Нет закона, нет адвокатов и нет присяжных, которые могли бы оградить Ребекку от порочащих ее имя сплетен. Она не могла сама замолвить за себя слово, выступить в свою защиту, чтобы опровергнуть грязные домыслы, рассказать все, как есть, объяснить, что произошло на самом деле. Теперь, состарившись, я понял это с особой ясностью. Люди могут копаться в твоей могиле, а ты вынужден лежать и молчать. И ничего не сможешь сказать им в ответ… До тех пор, пока кто-то не осмелится взять слово от твоего имени. Пока какой-нибудь мудрый человек не возьмет на себя труд изложить случившееся и сказать о тебе всю правду.
Должен ли именно я оказать такую услугу Ребекке? Прошлой ночью, при лунном свете, я счел, что да. Я решил, что обязан признать свою ошибку. Но сейчас сомнения вновь одолевали меня. Семидесятидвухлетний неудачник с больным сердцем. Неуверенный в себе и не уверенный в своей правоте. Имею ли я право писать о Ребекке? Не лучше ли оставить ее в покое? Разве я похож на рыцаря Ланселота в сверкающих доспехах?
Размышлять о том, насколько преступным было мое решение закрыть дело, мучительная боль при воспоминании о прошлом – разве так я хотел начать сегодняшний день? На глаза наворачиваются слезы, сердце щемит и ноет, и давление наверняка повысилось. Баркер заскулил, поднялся и положил морду мне на колени. Чтобы успокоиться, я снова просмотрел свой список «свидетелей» и разорвал его на мелкие клочки. Если я собираюсь очистить от наветов имя Ребекки, то должен следовать не таким рутинным путем.

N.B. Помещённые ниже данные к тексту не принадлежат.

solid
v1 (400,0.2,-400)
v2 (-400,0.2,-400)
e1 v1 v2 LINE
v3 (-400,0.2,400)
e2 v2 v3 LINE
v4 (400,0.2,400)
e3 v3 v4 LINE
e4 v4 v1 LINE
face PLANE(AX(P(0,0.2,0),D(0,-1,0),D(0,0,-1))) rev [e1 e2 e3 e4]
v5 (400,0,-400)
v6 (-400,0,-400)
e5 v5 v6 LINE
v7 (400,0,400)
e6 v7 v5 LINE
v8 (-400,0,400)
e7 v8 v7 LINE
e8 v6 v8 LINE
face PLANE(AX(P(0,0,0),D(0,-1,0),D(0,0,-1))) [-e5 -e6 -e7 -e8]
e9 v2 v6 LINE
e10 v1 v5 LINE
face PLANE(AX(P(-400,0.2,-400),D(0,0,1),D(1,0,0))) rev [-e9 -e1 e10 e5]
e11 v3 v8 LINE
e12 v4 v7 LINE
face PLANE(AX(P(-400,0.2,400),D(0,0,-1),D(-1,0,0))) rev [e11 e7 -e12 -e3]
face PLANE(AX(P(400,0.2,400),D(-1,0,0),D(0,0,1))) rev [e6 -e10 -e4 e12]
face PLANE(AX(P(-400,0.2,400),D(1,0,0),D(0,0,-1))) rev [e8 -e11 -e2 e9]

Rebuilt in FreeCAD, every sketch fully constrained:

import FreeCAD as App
import Part
import Sketcher

V = App.Vector

doc = App.newDocument("Part")
body = doc.addObject("PartDesign::Body", "Body")

sketch1 = body.newObject("Sketcher::SketchObject", "Sketch")
sketch1.AttachmentSupport = (doc.getObject("XZ_Plane"), [""])
sketch1.MapMode = "FlatFace"
sketch1.addGeometry([
    Part.LineSegment(V(-400, -400, 0), V(-400, 400, 0)),
    Part.LineSegment(V(-400, 400, 0), V(400, 400, 0)),
    Part.LineSegment(V(400, 400, 0), V(400, -400, 0)),
    Part.LineSegment(V(400, -400, 0), V(-400, -400, 0)),
], False)
sketch1.addConstraint([
    Sketcher.Constraint("Coincident", 0, 2, 1, 1),
    Sketcher.Constraint("Coincident", 1, 2, 2, 1),
    Sketcher.Constraint("Coincident", 2, 2, 3, 1),
    Sketcher.Constraint("Coincident", 3, 2, 0, 1),
    Sketcher.Constraint("Vertical", 0),
    Sketcher.Constraint("Horizontal", 1),
    Sketcher.Constraint("Vertical", 2),
    Sketcher.Constraint("Horizontal", 3),
    Sketcher.Constraint("Symmetric", 0, 2, 2, 2, -1, 1),
    Sketcher.Constraint("Equal", 3, 0),
    Sketcher.Constraint("DistanceX", 1, 1, 1, 2, 800.0),
])
pad1 = body.newObject("PartDesign::Pad", "Pad")
pad1.Profile = sketch1
pad1.Length = 0.2
pad1.Reversed = True

doc.recompute()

Забыв и про звонок Теренсу Грею, и про пакет, полученный утром, я поднялся и подошел к окну. Пасмурный апрельский день – еще одна годовщина смерти Ребекки.
Я распахнул застекленные двери, спустился в сад и двинулся по дорожке. Мой четвероногий друг как тень тотчас последовал за мной. Я миновал заросли жимолости, розарий и, оказавшись на площадке в самом дальнем конце, присел на полуразрушенную каменную кладку ограды. Передо мной простиралось море. За ним – сосны, скрывавшие Мэндерли, а по другую сторону залива когда-то стоял дом, где я провел свои детские годы.
«Вытри слезы, Артур», – услышал я негромкий голос дедушки. И меня ничуть не удивило то, что я его слышу, хотя он умер полвека тому назад. Мертвые довольно часто теперь разговаривали со мной – одна из особенностей моего возраста. И, еще не успев осознать, что произошло, я позволил событиям прошлого увлечь меня туда, куда им хотелось увести меня, – в Мэндерли, который я узнал мальчиком.
И там очевидцы, которых я занес в свой список, уже поджидали меня, чтобы ответить на мои вопросы. Ребекка еще не приехала, она еще не появилась на сцене жизни. Но мне показалось, что, если я внимательнее присмотрюсь к тому, что происходило в доме де Уинтеров, мне это поможет кое-что выяснить. Я осознавал, что не смогу разобраться в том, что произошло с Ребеккой, пока не пойму семью, в которую она вошла. И если уж искать ключ к ее судьбе, то его надо искать в первую очередь в Мэндерли.